CPPIB commitment brings NIIF Master Fund to $2.1bn

The Canadian pension’s $600m commitment shows ‘alignment of the Master Fund’s strategy with what large institutional investors seek in India', NIIF says.

Canada Pension Plan Investment Board has committed up to $600 million to invest in the National Investment and Infrastructure Fund, a vehicle backed by the Indian government.

CPPIB will commit $150 million to NIIF’s flagship Master Fund, with the right to invest a further $450 million alongside the vehicle in future opportunities.

The deal also sees CPPIB become a shareholder in NIIF Limited, the fund’s investment management company, in which the Indian government owns 49 percent. The fund did not disclose the size of the stake CPPIB would take.

The commitments mark a fourth close for NIIF’s Master Fund, which has now reached $2.1 billion, its target fund size. The fund, which targets core infrastructure investments in the transport, energy and urban infrastructure sectors, had an initial target of $2 billion that was raised earlier this year.

It is unclear whether NIIF will continue fundraising for the vehicle. The sovereign wealth fund did not respond to a request for comment.

NIIF has also raised a co-investment pool of $3 billion. It said in a statement this would enable the Master Fund to “invest at the scale required” for India’s infrastructure projects.
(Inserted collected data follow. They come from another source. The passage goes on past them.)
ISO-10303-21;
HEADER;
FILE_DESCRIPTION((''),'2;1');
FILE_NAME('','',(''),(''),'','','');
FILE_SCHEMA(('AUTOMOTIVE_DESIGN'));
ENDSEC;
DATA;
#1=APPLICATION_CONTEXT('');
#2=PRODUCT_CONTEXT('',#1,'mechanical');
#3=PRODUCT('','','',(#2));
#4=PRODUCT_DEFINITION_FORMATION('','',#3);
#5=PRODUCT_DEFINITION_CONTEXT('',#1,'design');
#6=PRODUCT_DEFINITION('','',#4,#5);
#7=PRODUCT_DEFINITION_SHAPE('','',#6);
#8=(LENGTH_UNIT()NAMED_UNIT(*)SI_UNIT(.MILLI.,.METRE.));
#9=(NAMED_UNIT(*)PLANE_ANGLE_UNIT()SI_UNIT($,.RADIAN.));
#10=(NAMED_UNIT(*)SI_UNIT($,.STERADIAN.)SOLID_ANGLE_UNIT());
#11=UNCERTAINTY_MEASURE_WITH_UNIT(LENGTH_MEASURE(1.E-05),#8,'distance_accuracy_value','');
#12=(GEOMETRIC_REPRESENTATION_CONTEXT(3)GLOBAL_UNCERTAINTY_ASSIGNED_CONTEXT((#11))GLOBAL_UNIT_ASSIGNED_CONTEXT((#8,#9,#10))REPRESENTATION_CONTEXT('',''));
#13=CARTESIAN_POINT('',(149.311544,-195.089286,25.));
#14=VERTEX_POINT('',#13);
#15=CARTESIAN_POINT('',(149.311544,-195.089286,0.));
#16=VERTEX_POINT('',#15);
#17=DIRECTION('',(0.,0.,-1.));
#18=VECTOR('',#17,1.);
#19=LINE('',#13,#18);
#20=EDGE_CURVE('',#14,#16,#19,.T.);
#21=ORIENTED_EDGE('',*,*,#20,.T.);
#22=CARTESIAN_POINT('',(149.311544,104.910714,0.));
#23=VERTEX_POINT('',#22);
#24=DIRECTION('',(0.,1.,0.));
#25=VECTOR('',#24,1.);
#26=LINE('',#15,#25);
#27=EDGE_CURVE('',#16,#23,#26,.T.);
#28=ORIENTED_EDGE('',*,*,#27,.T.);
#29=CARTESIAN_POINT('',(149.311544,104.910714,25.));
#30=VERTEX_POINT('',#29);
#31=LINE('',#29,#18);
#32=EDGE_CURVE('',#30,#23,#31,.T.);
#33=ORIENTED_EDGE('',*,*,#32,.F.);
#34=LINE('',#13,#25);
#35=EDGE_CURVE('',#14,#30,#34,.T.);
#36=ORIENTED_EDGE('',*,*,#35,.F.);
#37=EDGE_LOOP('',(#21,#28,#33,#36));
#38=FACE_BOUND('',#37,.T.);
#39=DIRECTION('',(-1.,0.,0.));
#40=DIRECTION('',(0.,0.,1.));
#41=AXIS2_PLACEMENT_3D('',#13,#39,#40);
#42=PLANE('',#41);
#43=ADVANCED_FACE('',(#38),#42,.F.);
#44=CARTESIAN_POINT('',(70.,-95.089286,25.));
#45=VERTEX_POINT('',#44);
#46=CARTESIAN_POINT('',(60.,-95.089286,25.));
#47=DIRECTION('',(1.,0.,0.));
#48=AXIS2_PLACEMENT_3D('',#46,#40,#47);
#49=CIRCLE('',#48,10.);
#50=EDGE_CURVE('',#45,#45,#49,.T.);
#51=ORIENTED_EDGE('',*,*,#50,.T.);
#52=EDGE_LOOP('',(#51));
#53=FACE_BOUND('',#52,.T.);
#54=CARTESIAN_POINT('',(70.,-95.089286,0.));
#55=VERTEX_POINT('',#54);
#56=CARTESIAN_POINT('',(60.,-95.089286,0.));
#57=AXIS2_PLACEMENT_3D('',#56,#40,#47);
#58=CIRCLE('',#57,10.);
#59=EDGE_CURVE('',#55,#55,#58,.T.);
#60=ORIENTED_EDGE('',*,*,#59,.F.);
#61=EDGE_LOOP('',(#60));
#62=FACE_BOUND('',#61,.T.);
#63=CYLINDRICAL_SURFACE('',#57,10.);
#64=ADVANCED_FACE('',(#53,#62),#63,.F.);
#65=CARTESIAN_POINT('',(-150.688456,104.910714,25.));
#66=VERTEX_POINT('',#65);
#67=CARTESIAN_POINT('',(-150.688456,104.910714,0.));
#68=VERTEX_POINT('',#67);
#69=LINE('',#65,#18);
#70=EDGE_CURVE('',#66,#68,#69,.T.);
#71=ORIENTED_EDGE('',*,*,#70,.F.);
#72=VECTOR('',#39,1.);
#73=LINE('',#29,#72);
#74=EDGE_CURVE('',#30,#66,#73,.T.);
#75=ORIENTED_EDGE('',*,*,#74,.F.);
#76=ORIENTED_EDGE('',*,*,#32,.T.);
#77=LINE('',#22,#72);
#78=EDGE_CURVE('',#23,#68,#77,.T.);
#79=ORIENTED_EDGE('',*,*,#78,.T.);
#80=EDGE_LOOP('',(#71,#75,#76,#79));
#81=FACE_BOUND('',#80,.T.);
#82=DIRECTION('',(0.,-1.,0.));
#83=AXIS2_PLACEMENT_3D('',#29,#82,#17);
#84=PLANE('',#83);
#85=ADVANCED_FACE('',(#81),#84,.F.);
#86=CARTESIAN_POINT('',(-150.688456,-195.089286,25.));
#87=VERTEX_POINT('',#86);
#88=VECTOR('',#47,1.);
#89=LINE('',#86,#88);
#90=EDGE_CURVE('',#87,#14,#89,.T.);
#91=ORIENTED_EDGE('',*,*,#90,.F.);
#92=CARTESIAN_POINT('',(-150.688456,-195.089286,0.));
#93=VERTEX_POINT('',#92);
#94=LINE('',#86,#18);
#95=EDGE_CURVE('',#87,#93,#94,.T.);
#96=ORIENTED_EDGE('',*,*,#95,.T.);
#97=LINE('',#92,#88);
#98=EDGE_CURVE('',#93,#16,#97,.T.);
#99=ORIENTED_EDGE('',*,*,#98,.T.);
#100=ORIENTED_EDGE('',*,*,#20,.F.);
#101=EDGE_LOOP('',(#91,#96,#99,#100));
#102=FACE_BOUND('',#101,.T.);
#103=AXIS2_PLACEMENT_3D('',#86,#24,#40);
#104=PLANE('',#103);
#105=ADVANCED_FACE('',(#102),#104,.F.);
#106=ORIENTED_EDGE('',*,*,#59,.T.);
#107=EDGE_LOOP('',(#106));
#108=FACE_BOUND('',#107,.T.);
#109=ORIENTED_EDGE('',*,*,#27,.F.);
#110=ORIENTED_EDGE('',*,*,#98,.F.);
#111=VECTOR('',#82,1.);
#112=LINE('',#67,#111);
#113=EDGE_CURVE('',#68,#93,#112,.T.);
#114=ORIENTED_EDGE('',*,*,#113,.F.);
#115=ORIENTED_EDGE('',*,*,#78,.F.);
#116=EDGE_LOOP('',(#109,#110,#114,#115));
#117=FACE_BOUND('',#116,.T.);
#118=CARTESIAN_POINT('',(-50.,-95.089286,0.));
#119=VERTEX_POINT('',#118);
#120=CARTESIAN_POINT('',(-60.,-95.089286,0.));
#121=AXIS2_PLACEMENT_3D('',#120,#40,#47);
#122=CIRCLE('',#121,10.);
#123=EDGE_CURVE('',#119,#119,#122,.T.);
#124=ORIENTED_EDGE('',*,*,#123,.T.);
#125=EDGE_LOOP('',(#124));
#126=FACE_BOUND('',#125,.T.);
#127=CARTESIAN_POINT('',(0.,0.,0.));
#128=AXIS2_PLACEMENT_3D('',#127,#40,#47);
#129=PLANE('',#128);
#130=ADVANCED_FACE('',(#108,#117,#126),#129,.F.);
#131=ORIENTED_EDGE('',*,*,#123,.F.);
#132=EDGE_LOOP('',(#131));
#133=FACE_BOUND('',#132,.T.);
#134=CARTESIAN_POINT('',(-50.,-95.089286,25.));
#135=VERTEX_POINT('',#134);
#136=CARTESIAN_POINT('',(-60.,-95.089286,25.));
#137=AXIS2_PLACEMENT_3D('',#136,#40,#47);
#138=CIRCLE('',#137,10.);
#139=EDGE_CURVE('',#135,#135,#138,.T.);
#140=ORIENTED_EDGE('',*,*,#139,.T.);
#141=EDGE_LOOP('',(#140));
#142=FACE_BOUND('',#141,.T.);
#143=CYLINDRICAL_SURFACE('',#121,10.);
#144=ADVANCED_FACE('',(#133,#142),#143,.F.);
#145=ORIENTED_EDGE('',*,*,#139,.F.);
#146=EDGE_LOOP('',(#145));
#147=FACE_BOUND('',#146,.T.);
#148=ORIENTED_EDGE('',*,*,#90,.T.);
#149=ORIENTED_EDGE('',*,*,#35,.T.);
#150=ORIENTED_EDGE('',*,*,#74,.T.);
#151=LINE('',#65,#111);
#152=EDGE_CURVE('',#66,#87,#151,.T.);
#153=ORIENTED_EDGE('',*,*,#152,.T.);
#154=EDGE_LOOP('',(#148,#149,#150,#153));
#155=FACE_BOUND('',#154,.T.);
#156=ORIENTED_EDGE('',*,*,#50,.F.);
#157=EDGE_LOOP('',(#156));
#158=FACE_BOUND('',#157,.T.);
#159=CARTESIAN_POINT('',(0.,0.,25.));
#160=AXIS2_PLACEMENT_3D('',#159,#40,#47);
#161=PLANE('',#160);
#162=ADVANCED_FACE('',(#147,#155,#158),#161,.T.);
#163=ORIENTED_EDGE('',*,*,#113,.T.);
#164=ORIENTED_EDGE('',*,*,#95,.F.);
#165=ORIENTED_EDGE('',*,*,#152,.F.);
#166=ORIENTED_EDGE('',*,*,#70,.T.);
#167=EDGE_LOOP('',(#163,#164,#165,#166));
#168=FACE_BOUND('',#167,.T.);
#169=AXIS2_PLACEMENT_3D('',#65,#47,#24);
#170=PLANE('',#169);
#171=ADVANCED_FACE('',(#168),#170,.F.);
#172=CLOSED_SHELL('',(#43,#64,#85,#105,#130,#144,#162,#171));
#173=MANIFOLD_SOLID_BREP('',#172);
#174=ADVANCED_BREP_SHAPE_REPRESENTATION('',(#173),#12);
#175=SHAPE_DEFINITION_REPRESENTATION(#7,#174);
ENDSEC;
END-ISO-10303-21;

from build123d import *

# Parameters (mm, degrees)
CROQUIS1_W              = 300
CROQUIS1_H              = 300
SALIENTE_EXTRUIR1_DEPTH = 25
CROQUIS2_R              = 10
CORTAR_EXTRUIR1_DEPTH   = 25


with BuildPart() as part:
    # Croquis1 → Saliente-Extruir1 (new body)
    with BuildSketch(Plane.XY):
        with Locations((-0.688455906, -45.089285714)):
            Rectangle(CROQUIS1_W, CROQUIS1_H)
    extrude(amount=SALIENTE_EXTRUIR1_DEPTH)

    # Croquis2 → Cortar-Extruir1 (cut)
    with BuildSketch(Plane.XY.offset(25)):
        with Locations((-60, -95.089285714)):
            Circle(CROQUIS2_R)
        with Locations((60, -95.089285714)):
            Circle(CROQUIS2_R)
    extrude(amount=-CORTAR_EXTRUIR1_DEPTH, mode=Mode.SUBTRACT)


solid = part.part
Sujoy Bose, managing director and chief executive of NIIF, said CPPIB’s commitment “demonstrates the alignment of the NIIF Master Fund’s investment strategy with what large institutional investors seek in the infrastructure sector in India”.

In August, AustralianSuper, Australia’s largest superannuation fund, and Ontario Teachers’ Pension Plan each committed $250 million to the NIIF Master Fund as well as $750 million each in co-investment rights.

Other investors in the Master Fund include the Abu Dhabi Investment Authority, Temasek, Axis Bank, HDFC Group, ICICI Bank and Kotak Mahindra Life Insurance.